### MATERIAL FOR THE TASK
____________
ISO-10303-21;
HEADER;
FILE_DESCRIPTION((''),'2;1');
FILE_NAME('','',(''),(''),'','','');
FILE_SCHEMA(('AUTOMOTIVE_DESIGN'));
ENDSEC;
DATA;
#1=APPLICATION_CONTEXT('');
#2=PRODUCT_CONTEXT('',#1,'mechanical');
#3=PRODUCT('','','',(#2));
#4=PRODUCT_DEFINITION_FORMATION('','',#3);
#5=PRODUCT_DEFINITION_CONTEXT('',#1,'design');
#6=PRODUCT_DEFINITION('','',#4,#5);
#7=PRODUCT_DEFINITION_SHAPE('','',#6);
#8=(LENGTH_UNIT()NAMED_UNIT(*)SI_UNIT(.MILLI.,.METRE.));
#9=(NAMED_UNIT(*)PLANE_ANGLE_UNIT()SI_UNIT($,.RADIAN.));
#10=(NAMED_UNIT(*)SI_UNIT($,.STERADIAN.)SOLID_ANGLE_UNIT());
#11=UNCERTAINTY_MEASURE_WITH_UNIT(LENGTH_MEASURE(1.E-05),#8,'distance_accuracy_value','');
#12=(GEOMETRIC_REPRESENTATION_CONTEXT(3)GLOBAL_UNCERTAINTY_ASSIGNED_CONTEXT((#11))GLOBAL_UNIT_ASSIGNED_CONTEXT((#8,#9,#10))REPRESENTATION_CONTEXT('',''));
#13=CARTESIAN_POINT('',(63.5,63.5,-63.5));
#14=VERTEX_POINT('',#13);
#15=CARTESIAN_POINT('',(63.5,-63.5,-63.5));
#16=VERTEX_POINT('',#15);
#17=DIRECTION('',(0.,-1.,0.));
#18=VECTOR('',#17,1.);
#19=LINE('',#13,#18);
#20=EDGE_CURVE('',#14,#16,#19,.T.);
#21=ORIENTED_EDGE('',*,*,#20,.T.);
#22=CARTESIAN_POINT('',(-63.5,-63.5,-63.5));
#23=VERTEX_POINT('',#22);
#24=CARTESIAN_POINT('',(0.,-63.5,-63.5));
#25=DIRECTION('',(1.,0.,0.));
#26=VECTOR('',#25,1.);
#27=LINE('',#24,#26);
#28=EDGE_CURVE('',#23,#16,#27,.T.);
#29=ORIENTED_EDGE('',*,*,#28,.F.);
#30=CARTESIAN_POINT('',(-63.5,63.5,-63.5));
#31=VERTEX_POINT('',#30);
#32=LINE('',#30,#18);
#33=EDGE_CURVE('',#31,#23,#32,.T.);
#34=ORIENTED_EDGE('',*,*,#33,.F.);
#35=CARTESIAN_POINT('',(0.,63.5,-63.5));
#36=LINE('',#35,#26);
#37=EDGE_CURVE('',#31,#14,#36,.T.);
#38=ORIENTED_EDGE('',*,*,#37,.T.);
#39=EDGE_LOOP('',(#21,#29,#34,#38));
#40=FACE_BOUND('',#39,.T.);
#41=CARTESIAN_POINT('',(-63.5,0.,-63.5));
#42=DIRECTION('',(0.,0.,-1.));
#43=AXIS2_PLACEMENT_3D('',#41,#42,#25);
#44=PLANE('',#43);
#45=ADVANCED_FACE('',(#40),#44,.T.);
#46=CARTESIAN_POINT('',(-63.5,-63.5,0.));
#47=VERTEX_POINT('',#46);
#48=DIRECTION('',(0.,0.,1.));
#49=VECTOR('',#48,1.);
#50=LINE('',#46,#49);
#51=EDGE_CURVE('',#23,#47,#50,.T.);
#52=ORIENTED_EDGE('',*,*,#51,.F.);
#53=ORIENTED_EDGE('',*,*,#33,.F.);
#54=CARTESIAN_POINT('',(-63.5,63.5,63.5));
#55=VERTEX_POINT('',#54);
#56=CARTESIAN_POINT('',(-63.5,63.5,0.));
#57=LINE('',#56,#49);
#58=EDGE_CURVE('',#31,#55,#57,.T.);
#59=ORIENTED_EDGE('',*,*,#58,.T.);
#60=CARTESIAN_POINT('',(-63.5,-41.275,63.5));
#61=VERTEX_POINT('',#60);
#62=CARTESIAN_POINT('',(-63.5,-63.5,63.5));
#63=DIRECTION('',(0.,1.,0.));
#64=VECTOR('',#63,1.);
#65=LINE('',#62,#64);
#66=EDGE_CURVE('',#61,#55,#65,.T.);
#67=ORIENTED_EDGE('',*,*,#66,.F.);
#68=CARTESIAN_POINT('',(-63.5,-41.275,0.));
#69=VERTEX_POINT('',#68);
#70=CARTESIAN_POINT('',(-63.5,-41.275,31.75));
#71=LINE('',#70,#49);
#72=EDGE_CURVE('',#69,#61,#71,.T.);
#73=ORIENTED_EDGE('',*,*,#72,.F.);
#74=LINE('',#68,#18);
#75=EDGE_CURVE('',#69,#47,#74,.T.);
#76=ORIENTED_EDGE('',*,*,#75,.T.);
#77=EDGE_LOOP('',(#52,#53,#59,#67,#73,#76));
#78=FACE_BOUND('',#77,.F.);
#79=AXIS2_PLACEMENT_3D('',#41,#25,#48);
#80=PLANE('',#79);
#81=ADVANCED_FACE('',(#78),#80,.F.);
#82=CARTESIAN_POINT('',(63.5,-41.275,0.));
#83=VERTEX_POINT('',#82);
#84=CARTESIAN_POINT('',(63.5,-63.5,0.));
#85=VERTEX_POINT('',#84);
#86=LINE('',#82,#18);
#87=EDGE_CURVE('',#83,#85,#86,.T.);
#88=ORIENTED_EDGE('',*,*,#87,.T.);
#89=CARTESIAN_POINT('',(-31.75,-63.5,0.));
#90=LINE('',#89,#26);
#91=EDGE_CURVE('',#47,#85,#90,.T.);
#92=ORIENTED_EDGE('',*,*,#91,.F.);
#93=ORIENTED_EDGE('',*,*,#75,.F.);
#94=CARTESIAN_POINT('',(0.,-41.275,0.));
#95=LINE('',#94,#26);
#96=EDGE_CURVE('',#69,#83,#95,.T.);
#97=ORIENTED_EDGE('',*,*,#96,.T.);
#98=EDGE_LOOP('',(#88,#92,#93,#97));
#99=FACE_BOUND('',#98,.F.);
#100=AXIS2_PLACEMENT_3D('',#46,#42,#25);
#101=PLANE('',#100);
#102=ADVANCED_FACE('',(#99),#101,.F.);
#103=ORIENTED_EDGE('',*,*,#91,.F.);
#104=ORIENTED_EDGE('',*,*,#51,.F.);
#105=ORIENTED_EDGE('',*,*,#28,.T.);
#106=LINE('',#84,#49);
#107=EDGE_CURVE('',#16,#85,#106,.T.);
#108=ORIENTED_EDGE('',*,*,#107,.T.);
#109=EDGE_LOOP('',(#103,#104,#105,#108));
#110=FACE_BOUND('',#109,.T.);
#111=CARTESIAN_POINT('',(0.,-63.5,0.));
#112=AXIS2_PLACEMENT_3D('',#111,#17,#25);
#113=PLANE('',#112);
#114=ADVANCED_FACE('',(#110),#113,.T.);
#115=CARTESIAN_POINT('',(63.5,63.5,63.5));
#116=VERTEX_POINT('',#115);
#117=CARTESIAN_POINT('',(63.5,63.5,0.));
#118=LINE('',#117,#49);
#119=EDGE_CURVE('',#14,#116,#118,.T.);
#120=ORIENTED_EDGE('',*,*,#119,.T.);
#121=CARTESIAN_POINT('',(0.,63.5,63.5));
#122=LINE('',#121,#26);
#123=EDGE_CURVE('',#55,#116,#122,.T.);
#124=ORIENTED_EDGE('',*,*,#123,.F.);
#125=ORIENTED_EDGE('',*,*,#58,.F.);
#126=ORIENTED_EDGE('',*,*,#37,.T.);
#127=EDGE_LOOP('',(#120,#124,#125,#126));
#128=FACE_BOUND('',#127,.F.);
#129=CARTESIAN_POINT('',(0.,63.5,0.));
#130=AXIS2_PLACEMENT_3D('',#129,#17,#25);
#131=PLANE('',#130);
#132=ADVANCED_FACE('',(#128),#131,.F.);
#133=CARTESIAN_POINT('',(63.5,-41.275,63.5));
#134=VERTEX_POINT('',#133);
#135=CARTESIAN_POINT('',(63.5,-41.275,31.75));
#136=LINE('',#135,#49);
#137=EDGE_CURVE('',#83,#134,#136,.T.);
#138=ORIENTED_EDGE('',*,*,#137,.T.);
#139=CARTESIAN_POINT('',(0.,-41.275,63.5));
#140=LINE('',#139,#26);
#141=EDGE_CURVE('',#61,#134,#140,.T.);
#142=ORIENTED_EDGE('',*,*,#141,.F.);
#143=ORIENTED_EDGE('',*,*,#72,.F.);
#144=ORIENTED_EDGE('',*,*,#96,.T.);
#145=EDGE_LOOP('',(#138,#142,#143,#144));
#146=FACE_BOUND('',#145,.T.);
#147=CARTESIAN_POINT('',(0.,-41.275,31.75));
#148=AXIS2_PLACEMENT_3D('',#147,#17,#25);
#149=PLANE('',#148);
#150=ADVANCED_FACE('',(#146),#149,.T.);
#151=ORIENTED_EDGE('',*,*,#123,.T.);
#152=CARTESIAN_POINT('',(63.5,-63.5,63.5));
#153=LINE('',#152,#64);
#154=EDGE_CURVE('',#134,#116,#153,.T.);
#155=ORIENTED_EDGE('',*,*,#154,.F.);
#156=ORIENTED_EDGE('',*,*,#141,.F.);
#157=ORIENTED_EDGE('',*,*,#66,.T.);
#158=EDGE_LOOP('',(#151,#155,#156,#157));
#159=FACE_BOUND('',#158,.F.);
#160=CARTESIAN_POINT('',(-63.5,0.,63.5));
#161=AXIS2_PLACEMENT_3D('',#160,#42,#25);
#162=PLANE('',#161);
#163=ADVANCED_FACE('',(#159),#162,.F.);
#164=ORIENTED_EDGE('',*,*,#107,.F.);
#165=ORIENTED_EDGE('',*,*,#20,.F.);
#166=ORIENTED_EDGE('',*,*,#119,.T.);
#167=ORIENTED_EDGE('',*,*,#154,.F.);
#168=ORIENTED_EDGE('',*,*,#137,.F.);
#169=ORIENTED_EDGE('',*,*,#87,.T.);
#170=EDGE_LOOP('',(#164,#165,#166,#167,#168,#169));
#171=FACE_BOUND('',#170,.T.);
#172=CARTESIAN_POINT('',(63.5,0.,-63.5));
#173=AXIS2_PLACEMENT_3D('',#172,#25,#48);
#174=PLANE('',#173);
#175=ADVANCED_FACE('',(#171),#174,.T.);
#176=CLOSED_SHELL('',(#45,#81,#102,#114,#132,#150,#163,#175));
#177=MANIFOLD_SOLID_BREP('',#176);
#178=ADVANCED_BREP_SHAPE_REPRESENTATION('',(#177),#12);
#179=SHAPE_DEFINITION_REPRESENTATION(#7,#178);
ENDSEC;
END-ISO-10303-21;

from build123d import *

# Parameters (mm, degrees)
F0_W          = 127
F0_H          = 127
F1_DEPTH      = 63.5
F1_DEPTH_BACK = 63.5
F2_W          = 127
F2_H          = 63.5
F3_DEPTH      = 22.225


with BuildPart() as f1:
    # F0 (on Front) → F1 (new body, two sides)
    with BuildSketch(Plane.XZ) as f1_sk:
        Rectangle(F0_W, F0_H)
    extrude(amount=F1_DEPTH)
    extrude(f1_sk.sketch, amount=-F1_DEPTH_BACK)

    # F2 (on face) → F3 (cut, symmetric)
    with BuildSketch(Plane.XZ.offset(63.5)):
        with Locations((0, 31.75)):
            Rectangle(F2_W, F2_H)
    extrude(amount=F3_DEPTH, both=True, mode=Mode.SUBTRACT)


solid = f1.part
____________
### TASK TO COMPLETE
Copy out each line carrying the string "DIRECTION" from the data.

### RESPONSE FOR THIS EXERCISE
#17=DIRECTION('',(0.,-1.,0.));
#25=DIRECTION('',(1.,0.,0.));
#42=DIRECTION('',(0.,0.,-1.));
#48=DIRECTION('',(0.,0.,1.));
#63=DIRECTION('',(0.,1.,0.));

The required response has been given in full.